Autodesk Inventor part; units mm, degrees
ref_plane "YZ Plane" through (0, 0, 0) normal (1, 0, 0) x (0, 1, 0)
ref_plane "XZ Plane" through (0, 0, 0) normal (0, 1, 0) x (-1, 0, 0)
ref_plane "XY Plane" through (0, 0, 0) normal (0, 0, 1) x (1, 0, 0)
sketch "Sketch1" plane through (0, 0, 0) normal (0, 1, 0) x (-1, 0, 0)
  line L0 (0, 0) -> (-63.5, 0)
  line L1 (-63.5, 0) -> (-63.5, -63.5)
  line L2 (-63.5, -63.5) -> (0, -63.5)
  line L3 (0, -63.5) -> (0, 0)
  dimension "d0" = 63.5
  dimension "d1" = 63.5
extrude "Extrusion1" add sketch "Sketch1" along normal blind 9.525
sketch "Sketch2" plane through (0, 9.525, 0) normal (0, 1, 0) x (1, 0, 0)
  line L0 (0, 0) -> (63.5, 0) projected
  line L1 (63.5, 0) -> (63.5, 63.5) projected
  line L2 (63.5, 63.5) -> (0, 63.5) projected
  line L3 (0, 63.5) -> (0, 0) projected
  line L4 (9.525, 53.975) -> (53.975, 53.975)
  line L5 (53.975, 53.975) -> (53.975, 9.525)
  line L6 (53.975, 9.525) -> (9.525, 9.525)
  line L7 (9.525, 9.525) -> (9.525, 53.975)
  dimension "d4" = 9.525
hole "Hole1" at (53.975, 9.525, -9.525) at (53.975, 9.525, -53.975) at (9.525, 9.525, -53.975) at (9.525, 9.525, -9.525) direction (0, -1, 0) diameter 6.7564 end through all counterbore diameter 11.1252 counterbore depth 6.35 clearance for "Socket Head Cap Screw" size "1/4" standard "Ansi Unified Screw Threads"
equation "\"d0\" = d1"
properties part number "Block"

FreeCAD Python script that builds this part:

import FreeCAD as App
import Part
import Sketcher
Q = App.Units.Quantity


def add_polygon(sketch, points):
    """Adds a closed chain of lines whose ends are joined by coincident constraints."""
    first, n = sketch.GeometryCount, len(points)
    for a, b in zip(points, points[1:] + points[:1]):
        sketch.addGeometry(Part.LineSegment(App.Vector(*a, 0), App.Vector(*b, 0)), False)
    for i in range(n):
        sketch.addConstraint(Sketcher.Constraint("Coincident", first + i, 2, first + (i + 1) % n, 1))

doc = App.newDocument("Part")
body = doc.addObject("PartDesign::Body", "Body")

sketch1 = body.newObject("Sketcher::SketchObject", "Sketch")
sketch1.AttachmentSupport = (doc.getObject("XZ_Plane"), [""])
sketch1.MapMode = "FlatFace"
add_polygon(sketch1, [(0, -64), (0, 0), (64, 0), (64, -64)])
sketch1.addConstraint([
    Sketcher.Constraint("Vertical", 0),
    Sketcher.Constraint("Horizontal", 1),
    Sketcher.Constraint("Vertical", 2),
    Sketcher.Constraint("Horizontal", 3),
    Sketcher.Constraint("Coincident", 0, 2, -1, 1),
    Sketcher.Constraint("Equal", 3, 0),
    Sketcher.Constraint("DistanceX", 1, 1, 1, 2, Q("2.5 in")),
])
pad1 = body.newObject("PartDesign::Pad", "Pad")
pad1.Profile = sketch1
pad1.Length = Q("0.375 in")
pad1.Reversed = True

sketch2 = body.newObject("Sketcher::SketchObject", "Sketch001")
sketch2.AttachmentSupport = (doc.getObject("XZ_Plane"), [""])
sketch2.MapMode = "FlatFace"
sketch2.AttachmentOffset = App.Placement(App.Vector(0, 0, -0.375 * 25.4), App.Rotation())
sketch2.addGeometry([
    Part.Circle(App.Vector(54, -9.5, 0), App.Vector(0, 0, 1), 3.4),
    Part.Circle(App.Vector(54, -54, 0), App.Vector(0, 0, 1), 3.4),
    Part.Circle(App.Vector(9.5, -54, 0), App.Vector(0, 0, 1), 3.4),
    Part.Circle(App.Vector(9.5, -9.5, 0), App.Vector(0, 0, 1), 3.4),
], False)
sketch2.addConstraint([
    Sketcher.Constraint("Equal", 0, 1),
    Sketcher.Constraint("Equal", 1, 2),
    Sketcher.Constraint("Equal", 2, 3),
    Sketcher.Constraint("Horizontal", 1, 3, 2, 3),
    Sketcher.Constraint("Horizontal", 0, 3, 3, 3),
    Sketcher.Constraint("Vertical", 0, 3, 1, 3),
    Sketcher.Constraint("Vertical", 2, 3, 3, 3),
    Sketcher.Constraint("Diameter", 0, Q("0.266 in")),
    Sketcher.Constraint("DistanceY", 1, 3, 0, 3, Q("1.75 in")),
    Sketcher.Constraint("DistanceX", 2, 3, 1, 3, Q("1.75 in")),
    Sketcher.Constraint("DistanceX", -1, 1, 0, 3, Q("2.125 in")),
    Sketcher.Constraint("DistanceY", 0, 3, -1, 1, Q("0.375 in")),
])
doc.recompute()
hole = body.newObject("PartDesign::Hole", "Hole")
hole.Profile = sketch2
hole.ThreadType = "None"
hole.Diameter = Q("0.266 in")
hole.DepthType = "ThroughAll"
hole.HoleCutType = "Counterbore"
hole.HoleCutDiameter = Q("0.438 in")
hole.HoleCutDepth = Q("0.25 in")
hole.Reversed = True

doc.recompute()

━━━━━━━━━━━━━━━━━━━━

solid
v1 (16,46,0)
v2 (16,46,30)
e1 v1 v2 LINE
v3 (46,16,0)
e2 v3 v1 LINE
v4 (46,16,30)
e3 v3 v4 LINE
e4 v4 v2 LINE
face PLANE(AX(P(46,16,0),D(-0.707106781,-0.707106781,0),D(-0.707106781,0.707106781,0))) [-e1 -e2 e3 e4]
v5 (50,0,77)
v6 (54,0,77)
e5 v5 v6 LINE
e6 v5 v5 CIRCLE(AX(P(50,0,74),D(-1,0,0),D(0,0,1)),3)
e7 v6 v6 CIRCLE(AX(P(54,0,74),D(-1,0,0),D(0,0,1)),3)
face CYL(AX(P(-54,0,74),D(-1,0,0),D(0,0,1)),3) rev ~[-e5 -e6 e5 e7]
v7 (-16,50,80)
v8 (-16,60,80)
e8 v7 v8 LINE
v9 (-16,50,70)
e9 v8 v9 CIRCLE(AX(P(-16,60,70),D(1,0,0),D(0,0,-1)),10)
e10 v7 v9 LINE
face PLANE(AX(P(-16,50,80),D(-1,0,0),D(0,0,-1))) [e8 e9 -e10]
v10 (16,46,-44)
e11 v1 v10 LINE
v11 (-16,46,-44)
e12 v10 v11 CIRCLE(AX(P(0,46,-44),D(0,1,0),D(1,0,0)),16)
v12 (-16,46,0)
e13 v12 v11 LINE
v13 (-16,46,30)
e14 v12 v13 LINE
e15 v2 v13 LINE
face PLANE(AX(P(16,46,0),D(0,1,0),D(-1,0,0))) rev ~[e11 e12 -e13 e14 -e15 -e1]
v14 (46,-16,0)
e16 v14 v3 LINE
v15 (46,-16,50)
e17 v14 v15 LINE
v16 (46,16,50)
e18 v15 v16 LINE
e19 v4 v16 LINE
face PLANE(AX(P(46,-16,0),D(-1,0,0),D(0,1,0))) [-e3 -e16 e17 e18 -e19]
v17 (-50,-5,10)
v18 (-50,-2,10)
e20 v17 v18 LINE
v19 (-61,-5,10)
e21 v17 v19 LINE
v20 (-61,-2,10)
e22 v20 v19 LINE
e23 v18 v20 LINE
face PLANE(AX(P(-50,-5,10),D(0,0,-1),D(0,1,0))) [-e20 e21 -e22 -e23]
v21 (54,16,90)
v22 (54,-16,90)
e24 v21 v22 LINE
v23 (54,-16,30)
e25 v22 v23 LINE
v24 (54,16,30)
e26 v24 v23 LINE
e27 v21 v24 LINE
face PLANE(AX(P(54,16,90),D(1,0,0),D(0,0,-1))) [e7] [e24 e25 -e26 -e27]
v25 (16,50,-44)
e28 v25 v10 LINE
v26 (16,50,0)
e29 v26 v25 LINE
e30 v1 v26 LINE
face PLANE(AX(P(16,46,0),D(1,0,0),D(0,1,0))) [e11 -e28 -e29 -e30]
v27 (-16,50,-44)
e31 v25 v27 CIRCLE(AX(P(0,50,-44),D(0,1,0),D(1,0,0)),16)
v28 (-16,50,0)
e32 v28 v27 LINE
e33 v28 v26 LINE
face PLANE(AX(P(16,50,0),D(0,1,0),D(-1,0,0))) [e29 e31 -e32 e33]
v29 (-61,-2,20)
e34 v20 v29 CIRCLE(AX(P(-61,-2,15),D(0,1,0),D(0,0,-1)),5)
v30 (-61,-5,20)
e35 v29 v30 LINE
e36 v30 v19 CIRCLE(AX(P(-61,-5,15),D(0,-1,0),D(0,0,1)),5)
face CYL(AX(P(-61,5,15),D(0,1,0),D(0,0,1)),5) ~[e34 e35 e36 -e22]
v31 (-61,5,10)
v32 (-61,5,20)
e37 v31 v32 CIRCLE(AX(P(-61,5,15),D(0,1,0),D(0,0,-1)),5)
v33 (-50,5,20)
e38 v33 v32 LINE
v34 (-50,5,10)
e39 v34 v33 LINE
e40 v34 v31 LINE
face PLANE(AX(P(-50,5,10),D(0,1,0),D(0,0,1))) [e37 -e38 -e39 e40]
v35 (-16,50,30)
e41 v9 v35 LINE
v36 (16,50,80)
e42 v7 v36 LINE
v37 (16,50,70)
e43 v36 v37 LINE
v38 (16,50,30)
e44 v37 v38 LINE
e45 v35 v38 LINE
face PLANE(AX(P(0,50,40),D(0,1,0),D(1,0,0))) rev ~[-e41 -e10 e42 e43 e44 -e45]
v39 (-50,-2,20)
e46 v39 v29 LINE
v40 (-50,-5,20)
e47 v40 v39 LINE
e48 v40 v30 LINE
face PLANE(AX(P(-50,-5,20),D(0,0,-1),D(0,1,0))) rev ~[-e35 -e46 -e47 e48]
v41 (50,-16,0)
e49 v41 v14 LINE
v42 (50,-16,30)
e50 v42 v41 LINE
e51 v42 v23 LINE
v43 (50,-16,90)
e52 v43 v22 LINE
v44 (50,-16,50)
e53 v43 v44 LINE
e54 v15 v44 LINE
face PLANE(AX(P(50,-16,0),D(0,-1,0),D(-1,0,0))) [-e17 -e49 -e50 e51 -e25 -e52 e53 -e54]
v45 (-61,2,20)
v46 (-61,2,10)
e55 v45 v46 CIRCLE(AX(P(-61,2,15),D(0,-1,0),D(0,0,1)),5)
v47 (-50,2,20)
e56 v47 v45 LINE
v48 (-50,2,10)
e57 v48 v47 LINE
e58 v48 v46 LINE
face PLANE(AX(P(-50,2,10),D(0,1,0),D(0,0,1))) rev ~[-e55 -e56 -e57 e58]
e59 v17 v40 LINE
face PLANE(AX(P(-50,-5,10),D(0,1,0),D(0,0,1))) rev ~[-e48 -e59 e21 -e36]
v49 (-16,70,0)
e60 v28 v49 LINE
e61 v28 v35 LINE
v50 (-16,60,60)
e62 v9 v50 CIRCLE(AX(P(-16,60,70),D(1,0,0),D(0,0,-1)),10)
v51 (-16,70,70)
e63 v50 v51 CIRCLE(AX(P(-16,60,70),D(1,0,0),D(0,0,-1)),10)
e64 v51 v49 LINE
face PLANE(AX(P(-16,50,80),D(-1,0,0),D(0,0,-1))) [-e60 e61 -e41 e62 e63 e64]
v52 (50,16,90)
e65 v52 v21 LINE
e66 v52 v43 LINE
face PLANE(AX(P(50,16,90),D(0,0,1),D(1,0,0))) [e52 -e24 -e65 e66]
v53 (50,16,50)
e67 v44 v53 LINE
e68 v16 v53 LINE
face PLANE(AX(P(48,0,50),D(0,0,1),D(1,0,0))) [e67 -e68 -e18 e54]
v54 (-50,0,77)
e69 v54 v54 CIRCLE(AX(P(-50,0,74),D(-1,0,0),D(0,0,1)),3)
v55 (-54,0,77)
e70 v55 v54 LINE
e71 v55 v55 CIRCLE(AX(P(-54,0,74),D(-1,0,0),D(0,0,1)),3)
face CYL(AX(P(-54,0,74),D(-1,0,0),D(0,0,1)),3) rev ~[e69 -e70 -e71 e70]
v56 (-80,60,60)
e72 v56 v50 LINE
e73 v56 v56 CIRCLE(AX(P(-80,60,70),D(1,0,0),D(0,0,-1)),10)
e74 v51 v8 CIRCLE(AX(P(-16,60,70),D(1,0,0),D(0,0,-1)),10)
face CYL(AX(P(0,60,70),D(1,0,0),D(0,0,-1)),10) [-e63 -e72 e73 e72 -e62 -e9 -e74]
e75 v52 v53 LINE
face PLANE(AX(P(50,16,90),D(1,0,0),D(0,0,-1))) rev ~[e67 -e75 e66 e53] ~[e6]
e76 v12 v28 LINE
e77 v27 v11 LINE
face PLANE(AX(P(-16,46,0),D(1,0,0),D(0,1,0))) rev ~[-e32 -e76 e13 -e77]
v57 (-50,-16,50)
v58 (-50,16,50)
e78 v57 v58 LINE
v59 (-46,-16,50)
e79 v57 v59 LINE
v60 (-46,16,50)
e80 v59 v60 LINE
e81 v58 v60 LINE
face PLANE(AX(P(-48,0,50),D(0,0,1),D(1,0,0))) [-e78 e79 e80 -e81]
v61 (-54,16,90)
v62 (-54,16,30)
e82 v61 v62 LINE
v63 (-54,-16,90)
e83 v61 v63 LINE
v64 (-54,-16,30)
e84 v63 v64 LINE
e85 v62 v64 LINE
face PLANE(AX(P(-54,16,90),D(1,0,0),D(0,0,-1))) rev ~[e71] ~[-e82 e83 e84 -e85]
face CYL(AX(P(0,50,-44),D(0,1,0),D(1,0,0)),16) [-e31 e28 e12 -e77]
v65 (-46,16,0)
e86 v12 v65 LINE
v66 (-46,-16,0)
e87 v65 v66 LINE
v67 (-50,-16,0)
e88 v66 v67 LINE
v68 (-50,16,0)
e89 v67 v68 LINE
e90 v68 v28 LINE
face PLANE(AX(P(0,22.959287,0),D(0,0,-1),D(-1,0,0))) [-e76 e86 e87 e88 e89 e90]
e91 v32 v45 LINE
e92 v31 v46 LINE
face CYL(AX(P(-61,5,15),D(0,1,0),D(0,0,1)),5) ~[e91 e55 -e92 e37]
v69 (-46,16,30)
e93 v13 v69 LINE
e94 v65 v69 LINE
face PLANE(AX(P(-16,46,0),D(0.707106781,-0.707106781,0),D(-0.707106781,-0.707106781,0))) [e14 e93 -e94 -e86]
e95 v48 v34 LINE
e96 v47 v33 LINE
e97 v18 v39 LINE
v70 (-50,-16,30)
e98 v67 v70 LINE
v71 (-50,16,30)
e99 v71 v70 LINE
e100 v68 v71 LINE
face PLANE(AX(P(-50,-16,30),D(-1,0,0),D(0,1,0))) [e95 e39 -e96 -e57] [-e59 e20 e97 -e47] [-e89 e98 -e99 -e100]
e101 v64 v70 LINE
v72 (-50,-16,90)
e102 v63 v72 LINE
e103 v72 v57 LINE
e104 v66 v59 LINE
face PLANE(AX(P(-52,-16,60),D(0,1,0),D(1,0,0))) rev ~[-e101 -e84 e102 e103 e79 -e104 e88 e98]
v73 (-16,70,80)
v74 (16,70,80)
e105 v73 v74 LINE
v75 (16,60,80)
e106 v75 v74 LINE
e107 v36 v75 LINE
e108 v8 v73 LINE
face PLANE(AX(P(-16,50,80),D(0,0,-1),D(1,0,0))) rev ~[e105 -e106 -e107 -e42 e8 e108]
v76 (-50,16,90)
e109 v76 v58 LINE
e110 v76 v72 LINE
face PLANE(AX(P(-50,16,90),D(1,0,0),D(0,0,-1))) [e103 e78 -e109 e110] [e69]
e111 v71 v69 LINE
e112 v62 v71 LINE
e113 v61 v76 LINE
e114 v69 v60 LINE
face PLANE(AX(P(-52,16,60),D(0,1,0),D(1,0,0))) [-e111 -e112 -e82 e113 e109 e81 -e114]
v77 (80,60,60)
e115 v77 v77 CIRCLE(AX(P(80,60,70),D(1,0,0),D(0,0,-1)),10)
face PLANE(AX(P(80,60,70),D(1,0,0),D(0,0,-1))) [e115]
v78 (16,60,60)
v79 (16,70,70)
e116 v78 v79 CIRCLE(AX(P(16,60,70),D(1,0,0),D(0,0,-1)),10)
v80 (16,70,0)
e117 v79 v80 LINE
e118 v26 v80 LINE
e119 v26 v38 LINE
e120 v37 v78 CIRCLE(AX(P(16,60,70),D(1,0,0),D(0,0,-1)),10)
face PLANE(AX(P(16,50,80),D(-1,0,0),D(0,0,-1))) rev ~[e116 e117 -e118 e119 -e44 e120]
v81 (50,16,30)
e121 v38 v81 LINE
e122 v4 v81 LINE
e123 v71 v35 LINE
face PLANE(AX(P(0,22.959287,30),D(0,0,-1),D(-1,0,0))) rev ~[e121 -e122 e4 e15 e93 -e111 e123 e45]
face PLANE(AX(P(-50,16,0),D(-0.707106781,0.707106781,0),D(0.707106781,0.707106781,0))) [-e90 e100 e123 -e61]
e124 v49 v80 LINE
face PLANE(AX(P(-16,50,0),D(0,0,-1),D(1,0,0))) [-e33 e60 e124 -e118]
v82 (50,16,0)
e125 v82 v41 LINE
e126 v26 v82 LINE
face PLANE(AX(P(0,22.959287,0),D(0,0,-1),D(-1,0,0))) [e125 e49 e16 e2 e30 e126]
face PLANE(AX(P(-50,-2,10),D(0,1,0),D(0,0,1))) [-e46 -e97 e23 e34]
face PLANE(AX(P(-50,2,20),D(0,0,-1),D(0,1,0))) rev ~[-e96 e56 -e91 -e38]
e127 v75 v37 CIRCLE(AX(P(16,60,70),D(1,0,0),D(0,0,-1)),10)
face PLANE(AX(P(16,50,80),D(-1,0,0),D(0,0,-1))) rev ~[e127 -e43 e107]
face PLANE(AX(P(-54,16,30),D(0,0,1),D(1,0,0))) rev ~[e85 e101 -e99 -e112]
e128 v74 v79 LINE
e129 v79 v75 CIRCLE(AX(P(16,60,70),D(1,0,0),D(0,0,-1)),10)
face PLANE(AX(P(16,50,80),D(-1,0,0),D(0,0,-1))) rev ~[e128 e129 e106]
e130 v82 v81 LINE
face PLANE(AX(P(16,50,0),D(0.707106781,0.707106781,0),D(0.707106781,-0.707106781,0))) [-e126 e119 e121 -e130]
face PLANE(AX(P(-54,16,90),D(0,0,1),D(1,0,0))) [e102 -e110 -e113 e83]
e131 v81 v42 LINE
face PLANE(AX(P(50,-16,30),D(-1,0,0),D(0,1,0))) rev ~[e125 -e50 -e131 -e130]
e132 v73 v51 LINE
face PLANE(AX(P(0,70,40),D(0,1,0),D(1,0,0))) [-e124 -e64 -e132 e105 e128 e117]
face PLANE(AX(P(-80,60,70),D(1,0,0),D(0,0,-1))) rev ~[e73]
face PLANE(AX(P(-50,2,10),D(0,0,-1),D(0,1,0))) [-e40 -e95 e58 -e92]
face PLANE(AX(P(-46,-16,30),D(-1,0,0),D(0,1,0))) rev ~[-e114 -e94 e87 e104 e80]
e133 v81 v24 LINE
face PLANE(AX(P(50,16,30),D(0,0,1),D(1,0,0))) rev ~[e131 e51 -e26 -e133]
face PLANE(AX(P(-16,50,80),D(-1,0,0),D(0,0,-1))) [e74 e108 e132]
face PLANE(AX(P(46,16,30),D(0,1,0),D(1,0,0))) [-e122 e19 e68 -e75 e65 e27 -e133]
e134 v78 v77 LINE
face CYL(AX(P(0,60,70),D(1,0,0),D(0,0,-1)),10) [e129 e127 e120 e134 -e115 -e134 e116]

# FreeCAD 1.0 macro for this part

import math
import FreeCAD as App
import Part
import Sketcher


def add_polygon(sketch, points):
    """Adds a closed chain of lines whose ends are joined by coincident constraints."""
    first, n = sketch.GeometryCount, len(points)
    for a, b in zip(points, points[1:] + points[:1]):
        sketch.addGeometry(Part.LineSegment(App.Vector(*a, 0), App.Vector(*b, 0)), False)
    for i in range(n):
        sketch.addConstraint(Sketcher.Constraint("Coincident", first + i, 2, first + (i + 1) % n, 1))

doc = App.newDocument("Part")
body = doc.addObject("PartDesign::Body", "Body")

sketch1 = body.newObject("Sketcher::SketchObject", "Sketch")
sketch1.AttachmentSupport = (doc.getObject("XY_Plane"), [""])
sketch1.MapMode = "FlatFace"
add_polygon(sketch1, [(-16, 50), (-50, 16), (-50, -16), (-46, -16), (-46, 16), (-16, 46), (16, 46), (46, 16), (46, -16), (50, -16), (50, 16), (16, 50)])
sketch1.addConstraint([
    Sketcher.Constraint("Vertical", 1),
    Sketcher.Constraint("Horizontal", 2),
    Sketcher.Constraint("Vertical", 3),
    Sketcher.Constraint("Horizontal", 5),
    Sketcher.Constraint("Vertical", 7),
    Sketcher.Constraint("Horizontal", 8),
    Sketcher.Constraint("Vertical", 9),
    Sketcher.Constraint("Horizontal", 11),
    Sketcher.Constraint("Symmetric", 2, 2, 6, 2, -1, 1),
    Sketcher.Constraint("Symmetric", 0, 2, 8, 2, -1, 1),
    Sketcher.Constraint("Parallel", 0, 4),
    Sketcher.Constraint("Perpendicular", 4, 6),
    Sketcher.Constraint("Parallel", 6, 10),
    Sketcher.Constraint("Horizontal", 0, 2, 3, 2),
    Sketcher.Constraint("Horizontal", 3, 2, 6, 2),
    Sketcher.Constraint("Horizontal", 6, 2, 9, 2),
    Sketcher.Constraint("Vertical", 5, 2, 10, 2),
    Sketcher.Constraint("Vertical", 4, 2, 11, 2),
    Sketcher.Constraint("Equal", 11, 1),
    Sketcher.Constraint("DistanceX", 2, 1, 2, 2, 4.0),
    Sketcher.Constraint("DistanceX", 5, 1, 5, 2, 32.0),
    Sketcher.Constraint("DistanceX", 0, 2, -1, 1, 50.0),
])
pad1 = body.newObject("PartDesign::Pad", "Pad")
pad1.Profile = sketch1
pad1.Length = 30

━━━━━━━━━━━━━━━━━━━━

Exercise objective:
In the listing above, find the line with "Autodesk Inventor part; units mm, degrees" and the line with "FreeCAD Python script", then reproduce both and every line between them exactly.

Result below:
Autodesk Inventor part; units mm, degrees
ref_plane "YZ Plane" through (0, 0, 0) normal (1, 0, 0) x (0, 1, 0)
ref_plane "XZ Plane" through (0, 0, 0) normal (0, 1, 0) x (-1, 0, 0)
ref_plane "XY Plane" through (0, 0, 0) normal (0, 0, 1) x (1, 0, 0)
sketch "Sketch1" plane through (0, 0, 0) normal (0, 1, 0) x (-1, 0, 0)
  line L0 (0, 0) -> (-63.5, 0)
  line L1 (-63.5, 0) -> (-63.5, -63.5)
  line L2 (-63.5, -63.5) -> (0, -63.5)
  line L3 (0, -63.5) -> (0, 0)
  dimension "d0" = 63.5
  dimension "d1" = 63.5
extrude "Extrusion1" add sketch "Sketch1" along normal blind 9.525
sketch "Sketch2" plane through (0, 9.525, 0) normal (0, 1, 0) x (1, 0, 0)
  line L0 (0, 0) -> (63.5, 0) projected
  line L1 (63.5, 0) -> (63.5, 63.5) projected
  line L2 (63.5, 63.5) -> (0, 63.5) projected
  line L3 (0, 63.5) -> (0, 0) projected
  line L4 (9.525, 53.975) -> (53.975, 53.975)
  line L5 (53.975, 53.975) -> (53.975, 9.525)
  line L6 (53.975, 9.525) -> (9.525, 9.525)
  line L7 (9.525, 9.525) -> (9.525, 53.975)
  dimension "d4" = 9.525
hole "Hole1" at (53.975, 9.525, -9.525) at (53.975, 9.525, -53.975) at (9.525, 9.525, -53.975) at (9.525, 9.525, -9.525) direction (0, -1, 0) diameter 6.7564 end through all counterbore diameter 11.1252 counterbore depth 6.35 clearance for "Socket Head Cap Screw" size "1/4" standard "Ansi Unified Screw Threads"
equation "\"d0\" = d1"
properties part number "Block"

FreeCAD Python script that builds this part:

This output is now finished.